There were two civil actions on notes, respectively for $275 and $240, begun in the recorder's court and tried on appeal in the Superior Court, where, by consent, the actions were consolidated. These notes were signed by the defendants J. J. Spain and J. E. Bulluck and were executed to Winslow Brothers for certain mules bought of them. The defendant Bulluck signed these notes as surety for Spain, but the suretyship does not appear on the face of the note. The defendant Bulluck contended that said notes were assigned by the payees to the plaintiff in pursuance of a contract between it and the defendant Spain that the notes would be held by the plaintiff until the succeeding fall, such agreement being without the knowledge or consent of the defendant Bulluck. Both Spain and Bulluck are primarily liable on said notes under our Negotiable Instruments Law. Rev., 2342; Rouse v. Wooten, 140 N.C. 557. The defendant Bulluck having admitted the execution and nonpayment of the notes, the court correctly held that the burden was upon him to prove any matter in release. The action was brought within three years and the statute of limitations is not pleaded.
There is no evidence of any act on the part of the plaintiff company which would release the defendant Bulluck from the notes. The defendant Spain testified that the only agreement of the plaintiff was to "take up and carry the note till the fall." There was no evidence of any binding agreement not to sue on the note for any definite period, nor that Bulluck was misled by the plaintiff and thus prevented from asserting his rights by a quia timet notice under Revisal, 2846. There was an expression of an intention not to force collection till the fall. There was no payment of interest in advance for a stated time, which would have been an implied promise. Revell v. Thrash, 132 N.C. 803. There was no express promise to release Bulluck and no agreement of (25) extension for a "fixed and definite" period. The additional security taken by the plaintiff inured to the benefit of Bulluck and could not be to his detriment. On the face of the notes the defendant Bulluck was primarily liable, and an extension of time to Spain would not release him, in the absence of proof that he was surety. Even if Bulluck was only secondarily liable, to the knowledge of the plaintiff, he could be discharged only in one of the ways provided in Revisal, 2270, i.e., by the discharge of the instrument; by the cancellation of his signature by the holder; by the discharge of the principal by the valid tender of payment by the principal; by a release of the principal, without reserving the right of recourse against the surety, or by an agreement binding upon the holder to extend the time of payment, or to postpone the holder's right for enforcement, without the assent of the surety and not reserving the right of recourse against him.
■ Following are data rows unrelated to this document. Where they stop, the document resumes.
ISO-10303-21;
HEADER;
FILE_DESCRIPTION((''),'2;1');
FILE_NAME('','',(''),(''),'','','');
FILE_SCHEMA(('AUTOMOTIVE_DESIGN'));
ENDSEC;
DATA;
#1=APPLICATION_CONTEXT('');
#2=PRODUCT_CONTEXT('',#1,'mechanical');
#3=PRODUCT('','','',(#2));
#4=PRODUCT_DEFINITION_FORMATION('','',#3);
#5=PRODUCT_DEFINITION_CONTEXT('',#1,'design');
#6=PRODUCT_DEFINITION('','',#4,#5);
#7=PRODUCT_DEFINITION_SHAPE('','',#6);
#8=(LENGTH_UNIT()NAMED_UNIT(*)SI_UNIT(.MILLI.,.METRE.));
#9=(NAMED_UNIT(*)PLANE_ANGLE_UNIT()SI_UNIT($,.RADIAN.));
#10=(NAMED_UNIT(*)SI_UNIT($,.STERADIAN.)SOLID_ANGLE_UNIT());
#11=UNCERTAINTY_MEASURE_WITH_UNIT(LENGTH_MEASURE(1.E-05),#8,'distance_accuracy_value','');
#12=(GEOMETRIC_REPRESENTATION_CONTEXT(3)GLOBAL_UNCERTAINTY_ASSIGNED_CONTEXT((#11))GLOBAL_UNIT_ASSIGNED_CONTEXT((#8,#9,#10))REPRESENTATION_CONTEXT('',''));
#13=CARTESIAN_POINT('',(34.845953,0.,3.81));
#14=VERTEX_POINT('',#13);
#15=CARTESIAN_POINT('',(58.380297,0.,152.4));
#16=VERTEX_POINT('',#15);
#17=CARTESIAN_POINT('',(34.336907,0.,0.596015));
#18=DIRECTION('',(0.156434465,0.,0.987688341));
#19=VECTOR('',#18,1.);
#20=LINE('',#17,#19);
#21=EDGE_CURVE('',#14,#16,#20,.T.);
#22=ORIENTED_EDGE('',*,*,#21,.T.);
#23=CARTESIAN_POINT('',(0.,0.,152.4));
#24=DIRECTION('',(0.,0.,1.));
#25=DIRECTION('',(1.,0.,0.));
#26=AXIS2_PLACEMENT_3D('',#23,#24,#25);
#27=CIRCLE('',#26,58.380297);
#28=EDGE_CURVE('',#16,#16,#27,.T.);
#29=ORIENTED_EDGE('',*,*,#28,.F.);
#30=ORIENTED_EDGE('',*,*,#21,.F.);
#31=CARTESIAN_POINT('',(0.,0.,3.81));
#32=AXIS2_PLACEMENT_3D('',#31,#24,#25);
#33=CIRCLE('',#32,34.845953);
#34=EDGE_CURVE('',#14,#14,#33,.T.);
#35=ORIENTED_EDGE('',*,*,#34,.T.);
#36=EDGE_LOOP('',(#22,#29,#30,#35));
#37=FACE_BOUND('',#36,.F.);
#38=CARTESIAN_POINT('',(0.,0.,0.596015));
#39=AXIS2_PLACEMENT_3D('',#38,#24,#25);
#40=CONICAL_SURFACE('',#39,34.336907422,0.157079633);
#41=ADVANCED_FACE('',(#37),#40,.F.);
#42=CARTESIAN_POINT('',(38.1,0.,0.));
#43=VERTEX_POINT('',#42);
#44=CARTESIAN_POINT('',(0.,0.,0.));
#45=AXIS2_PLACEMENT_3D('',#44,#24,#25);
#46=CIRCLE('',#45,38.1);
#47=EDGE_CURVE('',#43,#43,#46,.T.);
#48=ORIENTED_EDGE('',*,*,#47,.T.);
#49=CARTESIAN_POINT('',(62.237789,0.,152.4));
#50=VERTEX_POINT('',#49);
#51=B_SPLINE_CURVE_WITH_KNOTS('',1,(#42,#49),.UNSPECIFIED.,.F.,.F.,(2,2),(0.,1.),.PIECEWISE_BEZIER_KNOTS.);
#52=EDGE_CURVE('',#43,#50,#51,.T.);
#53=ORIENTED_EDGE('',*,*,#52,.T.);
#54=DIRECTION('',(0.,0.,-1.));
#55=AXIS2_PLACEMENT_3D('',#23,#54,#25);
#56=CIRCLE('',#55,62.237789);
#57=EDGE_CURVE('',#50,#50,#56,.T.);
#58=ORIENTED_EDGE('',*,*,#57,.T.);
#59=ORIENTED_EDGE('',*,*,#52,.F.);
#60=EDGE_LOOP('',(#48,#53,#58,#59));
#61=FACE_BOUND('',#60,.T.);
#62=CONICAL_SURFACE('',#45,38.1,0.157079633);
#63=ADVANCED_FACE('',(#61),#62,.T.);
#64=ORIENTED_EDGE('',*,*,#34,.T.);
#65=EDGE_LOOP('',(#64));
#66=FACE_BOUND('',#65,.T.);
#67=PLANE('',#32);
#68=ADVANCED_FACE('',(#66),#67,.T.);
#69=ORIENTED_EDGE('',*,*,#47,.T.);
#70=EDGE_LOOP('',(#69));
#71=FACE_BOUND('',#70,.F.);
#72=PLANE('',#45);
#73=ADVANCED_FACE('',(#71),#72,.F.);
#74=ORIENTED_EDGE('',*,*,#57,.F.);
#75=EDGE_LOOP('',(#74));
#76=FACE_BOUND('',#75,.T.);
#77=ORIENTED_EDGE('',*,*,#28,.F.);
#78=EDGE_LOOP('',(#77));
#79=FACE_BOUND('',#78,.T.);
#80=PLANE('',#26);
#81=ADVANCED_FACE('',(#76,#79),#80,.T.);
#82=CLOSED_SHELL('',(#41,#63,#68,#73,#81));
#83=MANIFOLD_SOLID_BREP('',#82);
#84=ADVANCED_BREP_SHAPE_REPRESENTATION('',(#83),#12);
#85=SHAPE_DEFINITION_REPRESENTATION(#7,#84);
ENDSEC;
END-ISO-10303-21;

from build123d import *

# Parameters (mm, degrees)
F0_R     = 38.1
F1_DEPTH = 152.4
F1_TAPER = -9
F2_T     = -3.81


with BuildPart() as f1:
    # F0 (on Top) → F1 (new body)
    with BuildSketch(Plane.XY):
        Circle(F0_R)
    extrude(amount=F1_DEPTH, taper=F1_TAPER)

    # F2
    f2_openings = [f1.faces().sort_by_distance(p)[0] for p in [
        (0, 0, 152.4),
    ]]
    offset(amount=F2_T, openings=f2_openings, kind=Kind.INTERSECTION)


solid = f1.part
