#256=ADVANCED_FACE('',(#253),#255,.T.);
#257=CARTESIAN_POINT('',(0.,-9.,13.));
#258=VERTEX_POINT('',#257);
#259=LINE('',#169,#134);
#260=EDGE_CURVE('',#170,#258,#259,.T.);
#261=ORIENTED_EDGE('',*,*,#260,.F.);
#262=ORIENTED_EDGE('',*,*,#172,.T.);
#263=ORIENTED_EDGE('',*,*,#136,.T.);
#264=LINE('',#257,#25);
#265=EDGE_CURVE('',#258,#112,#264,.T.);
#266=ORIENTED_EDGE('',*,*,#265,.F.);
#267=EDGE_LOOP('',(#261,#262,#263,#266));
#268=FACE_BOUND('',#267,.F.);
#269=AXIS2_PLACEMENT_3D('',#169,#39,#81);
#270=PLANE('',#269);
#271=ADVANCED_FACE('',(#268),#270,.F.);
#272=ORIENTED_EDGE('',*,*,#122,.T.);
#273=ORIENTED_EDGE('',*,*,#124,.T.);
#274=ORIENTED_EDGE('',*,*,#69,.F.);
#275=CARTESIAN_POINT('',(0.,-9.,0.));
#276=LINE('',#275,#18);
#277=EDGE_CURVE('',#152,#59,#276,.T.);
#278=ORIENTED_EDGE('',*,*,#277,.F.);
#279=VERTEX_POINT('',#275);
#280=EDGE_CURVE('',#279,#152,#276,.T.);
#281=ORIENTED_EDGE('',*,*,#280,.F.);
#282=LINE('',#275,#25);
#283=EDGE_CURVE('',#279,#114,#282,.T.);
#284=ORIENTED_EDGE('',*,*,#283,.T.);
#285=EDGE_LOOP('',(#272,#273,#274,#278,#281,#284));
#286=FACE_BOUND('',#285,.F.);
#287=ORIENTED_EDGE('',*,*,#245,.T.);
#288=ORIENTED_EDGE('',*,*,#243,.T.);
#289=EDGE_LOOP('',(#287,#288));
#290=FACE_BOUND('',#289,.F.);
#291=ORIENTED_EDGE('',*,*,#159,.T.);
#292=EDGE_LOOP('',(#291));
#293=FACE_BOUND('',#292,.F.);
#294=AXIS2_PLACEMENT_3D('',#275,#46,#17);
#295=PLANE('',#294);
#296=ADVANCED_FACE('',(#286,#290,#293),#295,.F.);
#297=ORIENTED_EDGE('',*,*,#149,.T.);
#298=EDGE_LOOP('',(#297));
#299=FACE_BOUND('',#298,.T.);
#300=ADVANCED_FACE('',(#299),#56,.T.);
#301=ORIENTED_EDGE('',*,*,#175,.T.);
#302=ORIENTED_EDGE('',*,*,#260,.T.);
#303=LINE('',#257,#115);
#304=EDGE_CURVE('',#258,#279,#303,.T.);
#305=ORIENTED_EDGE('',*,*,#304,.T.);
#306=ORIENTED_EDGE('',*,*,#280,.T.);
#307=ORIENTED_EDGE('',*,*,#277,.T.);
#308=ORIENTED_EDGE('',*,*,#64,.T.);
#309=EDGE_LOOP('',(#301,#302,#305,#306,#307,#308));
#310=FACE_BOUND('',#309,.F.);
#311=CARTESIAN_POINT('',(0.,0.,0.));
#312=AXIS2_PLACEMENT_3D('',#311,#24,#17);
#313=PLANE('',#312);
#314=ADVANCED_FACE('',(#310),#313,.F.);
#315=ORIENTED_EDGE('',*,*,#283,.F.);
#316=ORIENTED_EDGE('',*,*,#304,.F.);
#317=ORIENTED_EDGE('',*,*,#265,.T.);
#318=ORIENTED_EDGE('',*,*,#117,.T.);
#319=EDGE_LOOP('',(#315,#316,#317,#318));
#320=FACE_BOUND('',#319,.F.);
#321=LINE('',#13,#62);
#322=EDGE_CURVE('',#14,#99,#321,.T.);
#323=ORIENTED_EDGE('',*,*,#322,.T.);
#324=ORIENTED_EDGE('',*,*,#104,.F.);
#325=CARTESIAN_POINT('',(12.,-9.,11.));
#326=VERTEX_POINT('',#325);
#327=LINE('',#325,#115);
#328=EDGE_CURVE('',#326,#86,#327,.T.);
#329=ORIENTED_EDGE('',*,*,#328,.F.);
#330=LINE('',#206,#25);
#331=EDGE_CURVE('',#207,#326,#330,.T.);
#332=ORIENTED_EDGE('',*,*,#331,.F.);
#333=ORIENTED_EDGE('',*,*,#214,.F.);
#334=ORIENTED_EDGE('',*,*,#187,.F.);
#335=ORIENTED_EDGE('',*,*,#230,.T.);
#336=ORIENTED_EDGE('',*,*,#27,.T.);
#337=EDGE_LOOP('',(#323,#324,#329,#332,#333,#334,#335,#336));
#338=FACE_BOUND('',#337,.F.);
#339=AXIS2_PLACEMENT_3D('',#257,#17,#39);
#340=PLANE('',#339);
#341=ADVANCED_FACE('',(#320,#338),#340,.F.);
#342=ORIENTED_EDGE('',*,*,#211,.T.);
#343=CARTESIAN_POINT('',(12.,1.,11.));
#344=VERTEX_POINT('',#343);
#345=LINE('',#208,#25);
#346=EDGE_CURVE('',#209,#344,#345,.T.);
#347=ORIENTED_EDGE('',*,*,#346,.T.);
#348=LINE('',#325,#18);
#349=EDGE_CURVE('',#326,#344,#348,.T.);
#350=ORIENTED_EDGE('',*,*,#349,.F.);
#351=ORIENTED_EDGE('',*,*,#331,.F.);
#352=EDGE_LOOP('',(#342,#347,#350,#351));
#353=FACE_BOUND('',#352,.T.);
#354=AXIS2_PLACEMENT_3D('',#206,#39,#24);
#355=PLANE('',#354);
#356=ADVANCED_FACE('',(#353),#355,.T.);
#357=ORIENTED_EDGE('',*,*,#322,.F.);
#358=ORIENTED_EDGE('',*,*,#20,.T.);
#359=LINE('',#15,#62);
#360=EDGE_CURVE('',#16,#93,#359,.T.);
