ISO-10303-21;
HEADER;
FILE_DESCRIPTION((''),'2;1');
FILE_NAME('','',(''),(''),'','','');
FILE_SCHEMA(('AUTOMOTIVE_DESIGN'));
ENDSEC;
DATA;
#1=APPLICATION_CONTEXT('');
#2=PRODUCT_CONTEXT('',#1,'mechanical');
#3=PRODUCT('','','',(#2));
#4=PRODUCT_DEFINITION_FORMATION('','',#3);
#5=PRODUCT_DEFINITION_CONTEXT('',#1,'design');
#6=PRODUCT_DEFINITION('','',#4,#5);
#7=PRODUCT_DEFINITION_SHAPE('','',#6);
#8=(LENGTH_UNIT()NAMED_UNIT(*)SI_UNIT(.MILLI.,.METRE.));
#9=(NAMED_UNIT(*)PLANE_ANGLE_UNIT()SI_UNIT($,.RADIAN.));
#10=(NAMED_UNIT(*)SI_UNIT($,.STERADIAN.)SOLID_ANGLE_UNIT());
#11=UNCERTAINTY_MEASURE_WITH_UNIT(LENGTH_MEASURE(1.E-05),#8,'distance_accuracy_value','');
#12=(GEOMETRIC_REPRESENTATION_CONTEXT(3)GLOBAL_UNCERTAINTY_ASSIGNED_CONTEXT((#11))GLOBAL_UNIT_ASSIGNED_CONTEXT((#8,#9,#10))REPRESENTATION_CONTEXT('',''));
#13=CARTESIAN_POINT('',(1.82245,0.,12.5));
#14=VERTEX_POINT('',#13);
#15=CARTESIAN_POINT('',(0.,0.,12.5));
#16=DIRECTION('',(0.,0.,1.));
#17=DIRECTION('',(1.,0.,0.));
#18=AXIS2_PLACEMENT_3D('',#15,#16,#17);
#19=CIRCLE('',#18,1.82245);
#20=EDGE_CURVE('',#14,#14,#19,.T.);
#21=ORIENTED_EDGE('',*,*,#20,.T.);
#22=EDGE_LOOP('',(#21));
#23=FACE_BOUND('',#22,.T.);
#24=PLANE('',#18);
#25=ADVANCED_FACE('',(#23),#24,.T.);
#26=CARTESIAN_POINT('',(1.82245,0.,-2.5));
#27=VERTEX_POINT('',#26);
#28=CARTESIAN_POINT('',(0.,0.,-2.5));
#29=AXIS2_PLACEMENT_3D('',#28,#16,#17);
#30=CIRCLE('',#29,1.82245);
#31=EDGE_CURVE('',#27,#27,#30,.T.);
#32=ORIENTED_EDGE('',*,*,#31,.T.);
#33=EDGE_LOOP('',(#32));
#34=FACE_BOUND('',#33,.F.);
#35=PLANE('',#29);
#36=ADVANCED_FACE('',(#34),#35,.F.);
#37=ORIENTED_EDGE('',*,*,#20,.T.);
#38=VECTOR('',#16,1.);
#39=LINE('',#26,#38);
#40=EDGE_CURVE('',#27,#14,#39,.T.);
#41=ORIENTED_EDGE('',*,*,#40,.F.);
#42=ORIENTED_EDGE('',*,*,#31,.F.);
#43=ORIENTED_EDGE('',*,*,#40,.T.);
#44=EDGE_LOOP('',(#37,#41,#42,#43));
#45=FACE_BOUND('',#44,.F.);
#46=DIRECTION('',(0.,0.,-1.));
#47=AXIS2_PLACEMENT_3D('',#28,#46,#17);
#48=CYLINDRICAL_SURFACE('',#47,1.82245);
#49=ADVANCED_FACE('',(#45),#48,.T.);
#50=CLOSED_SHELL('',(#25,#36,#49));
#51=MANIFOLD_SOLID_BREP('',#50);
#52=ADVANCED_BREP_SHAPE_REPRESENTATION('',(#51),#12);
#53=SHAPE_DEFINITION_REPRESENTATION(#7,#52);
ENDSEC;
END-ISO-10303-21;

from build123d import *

# Parameters (mm, degrees)
CYLINDER_R     = 1.82245
CYLINDER_DEPTH = 15


with BuildPart() as part:
    # Cylinder → Cylinder (new body)
    with BuildSketch(Plane.XY.offset(-2.5)):
        Circle(CYLINDER_R)
    extrude(amount=CYLINDER_DEPTH)


solid = part.part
The claim of Bulluck is under the last provision and is not sustained by proof, and the court properly instructed the jury if they believed the evidence to answer the issue in favor of the plaintiff.
The mere fact that the plaintiff stated that he would "take up and carry the notes," without any agreement to do so for a definite and fixed period, did not prevent the plaintiff from bringing an action nor debar the defendant Bulluck from giving a quia timet notice under Revisal, 2846, which was his remedy unless he chose to pay the note himself and sue the principal, Revisal, 2271. The intention thus expressed to "carry the note" was no part of the assignment by Winslow to plaintiff, but the statement of a benign purpose on the part of the assignee towards Spain for no "fixed and definite" period. The witness testified that Ruffin, for plaintiff, said "he would let me off until next fall, he reckoned. No distinct time was mentioned."
No error.
Cited: McInturff v. Gahagan, 193 N.C. 149; Fertilizer Co. v. Eason, 194 N.C. 249; Trust Co. v. Black, 198 N.C. 221; Taft v. Covington, 199 N.C. 56, 57; Trust Co. v. York, 199 N.C. 627.